Parece que lo que buscas es saber que significa "que du pouvoir". Podrîa traducirse por "sôlo poder". 

Saludos.
Sudex


----------



## Kukuzita

Muchas gracias por la pronta respuesta.  No escribí los  guiones de diálogo ya que todo el texto pertenece al mismo interlocutor: 

Il n'y a rien. C'est une innovation regrettable que de pouvoir, simplement, par la volonté politique, dire : "Non. Ces affiches, on ne les veut pas."
 
Lo que necesitaría saber es el sentido de " de pouvoir" en este contexto. 
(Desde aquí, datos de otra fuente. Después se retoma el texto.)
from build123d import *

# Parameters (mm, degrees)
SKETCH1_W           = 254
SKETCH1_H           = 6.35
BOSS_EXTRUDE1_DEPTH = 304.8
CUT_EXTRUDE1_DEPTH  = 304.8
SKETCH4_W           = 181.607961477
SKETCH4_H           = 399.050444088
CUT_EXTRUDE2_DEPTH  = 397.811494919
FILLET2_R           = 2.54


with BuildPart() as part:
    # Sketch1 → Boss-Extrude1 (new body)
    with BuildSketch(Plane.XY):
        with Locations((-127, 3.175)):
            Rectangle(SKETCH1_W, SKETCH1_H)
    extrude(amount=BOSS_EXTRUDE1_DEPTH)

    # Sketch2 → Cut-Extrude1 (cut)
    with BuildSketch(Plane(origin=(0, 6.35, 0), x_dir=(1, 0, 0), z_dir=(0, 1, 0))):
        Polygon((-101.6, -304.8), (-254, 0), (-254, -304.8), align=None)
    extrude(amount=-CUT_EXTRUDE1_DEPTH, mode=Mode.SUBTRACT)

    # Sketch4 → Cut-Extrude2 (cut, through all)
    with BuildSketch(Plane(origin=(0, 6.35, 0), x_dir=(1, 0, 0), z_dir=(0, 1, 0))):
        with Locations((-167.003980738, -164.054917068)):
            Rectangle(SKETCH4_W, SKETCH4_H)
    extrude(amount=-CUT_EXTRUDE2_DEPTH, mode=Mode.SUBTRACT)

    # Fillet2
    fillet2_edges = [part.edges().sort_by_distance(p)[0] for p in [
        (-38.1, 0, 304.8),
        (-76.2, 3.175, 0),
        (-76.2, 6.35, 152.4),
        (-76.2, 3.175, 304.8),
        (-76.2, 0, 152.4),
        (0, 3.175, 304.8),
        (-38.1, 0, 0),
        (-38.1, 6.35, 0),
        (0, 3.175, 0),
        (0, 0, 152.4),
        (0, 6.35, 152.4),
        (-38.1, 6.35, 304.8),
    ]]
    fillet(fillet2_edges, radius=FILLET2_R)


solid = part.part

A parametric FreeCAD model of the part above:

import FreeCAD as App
import Part
import Sketcher
from FreeCAD import Vector
Q = App.Units.Quantity


def add_polygon(sketch, points):
    """Adds a closed chain of lines whose ends are joined by coincident constraints."""
    first, n = sketch.GeometryCount, len(points)
    for a, b in zip(points, points[1:] + points[:1]):
        sketch.addGeometry(Part.LineSegment(App.Vector(*a, 0), App.Vector(*b, 0)), False)
    for i in range(n):
        sketch.addConstraint(Sketcher.Constraint("Coincident", first + i, 2, first + (i + 1) % n, 1))

doc = App.newDocument("Part")
body = doc.addObject("PartDesign::Body", "Body")

# Sketch on XY plane
sketch1 = body.newObject("Sketcher::SketchObject", "Sketch")
sketch1.AttachmentSupport = (doc.getObject("XY_Plane"), [""])
sketch1.MapMode = "FlatFace"
add_polygon(sketch1, [(-254, 6), (-254, 0), (0, 0), (0, 6)])  # lines 0-3
sketch1.addConstraint([
    Sketcher.Constraint("Vertical", 0),
    Sketcher.Constraint("Horizontal", 1),
    Sketcher.Constraint("Vertical", 2),
    Sketcher.Constraint("Horizontal", 3),
    Sketcher.Constraint("Coincident", 1, 2, -1, 1),
    Sketcher.Constraint("DistanceX", 1, 1, 1, 2, Q("10 in")),
    Sketcher.Constraint("DistanceY", 0, 2, 0, 1, Q("0.25 in")),
])
pad1 = body.newObject("PartDesign::Pad", "Pad")
pad1.Profile = sketch1
pad1.Length = Q("12 in")

# Sketch on XZ plane
sketch2 = body.newObject("Sketcher::SketchObject", "Sketch001")
sketch2.AttachmentSupport = (doc.getObject("XZ_Plane"), [""])
sketch2.MapMode = "FlatFace"
sketch2.AttachmentOffset = App.Placement(Vector(0, 0, -0.25 * 25.4), App.Rotation())
add_polygon(sketch2, [(-102, 305), (-254, 0), (-254, 305)])  # lines 0-2
sketch2.addConstraint([
    Sketcher.Constraint("Vertical", 1),
    Sketcher.Constraint("Horizontal", 2),
    Sketcher.Constraint("PointOnObject", 0, 2, -1),
    Sketcher.Constraint("DistanceX", 2, 1, 2, 2, Q("6 in")),
    Sketcher.Constraint("DistanceY", 1, 1, 1, 2, Q("12 in")),
    Sketcher.Constraint("DistanceX", 0, 2, -1, 1, Q("10 in")),
])
pocket1 = body.newObject("PartDesign::Pocket", "Pocket")
pocket1.Profile = sketch2
pocket1.Length = Q("12 in")
pocket1.Reversed = True

# Sketch on XZ plane
sketch3 = body.newObject("Sketcher::SketchObject", "Sketch002")
sketch3.AttachmentSupport = (doc.getObject("XZ_Plane"), [""])
sketch3.MapMode = "FlatFace"
sketch3.AttachmentOffset = App.Placement(Vector(0, 0, -0.25 * 25.4), App.Rotation())
add_polygon(sketch3, [(-258, -35), (-258, 364), (-76, 364), (-76, -35)])  # lines 0-3
sketch3.addConstraint([
    Sketcher.Constraint("Vertical", 0),
    Sketcher.Constraint("Horizontal", 1),
    Sketcher.Constraint("Vertical", 2),
    Sketcher.Constraint("Horizontal", 3),
    Sketcher.Constraint("DistanceX", 1, 2, -1, 1, Q("3 in")),
    Sketcher.Constraint("DistanceX", 1, 1, 1, 2, Q("181.607961 mm")),
    Sketcher.Constraint("DistanceY", 0, 1, 0, 2, Q("399.050444 mm")),
    Sketcher.Constraint("DistanceY", -1, 1, 0, 2, Q("363.580139 mm")),
])
pocket2 = body.newObject("PartDesign::Pocket", "Pocket001")
pocket2.Profile = sketch3
pocket2.Type = "ThroughAll"
pocket2.Reversed = True
doc.recompute()

fillet = body.newObject("PartDesign::Fillet", "Fillet")
fillet.Base = (pocket2, ["Edge1"])
fillet.UseAllEdges = True
fillet.Radius = Q("0.1 in")

doc.recompute()
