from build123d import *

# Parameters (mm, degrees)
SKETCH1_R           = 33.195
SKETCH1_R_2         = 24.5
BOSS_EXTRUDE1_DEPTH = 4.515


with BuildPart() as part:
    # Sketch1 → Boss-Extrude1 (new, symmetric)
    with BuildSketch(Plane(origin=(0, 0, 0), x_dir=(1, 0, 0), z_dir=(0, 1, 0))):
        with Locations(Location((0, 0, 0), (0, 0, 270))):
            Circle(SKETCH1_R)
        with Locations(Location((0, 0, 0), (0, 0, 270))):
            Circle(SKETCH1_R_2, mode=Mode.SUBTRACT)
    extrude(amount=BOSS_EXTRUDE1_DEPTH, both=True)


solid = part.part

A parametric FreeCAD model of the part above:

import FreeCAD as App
import Part
import Sketcher
from FreeCAD import Vector

doc = App.newDocument("Part")
body = doc.addObject("PartDesign::Body", "Body")

# Sketch on XZ plane
sketch1 = body.newObject("Sketcher::SketchObject", "Sketch")
sketch1.AttachmentSupport = (doc.getObject("XZ_Plane"), [""])
sketch1.MapMode = "FlatFace"
sketch1.addGeometry(Part.Circle(Vector(0, 0, 0), Vector(0, 0, 1), 33), False)
sketch1.addGeometry(Part.Circle(Vector(0, 0, 0), Vector(0, 0, 1), 24), False)
sketch1.addConstraint(Sketcher.Constraint("Coincident", 0, 3, -1, 1))
sketch1.addConstraint(Sketcher.Constraint("Coincident", 1, 3, -1, 1))
sketch1.addConstraint(Sketcher.Constraint("Diameter", 1, 49.0))
sketch1.addConstraint(Sketcher.Constraint("Diameter", 0, 66.39))
pad1 = body.newObject("PartDesign::Pad", "Pad")
pad1.Profile = sketch1
pad1.Length = 9.03
pad1.Midplane = True

doc.recompute()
Desde ya muchas gracias por la valiosa ayuda. 

Kukuzita


----------



## Paquita

C'est une innovation regrettable
que de pouvoir, simplement,
par la volonté politique, dire

El "que" es forma literaria después de "c'est" y "pouvoir dire" es atributo de "c'" pero el infinitivo va precedido por "de" igual que " j'ai décidé de/ il est bon de/ je regrette de/ ..."

poder decir...es una innovación ...

(He cambiado el título para futuras búsquedas)

Puedes consultar un hilo un poco parecido en el foro de francés:
http://forum.wordreference.com/showthread.php?t=550254
a partir del post #6


----------



## Kukuzita

¡gracias totales!


----------



## Maupassant

*Nueva pregunta
*​
Hola amigos,

no tengo ni idea de cómo traducir esta construcción "C'est bien.. que de..."

Contexto: la frase pertenece a un blog.

Frase: C'est bien l'objectif de mon blog que de pouvoir visiter l'univers que l'on souhaite partager avec moi !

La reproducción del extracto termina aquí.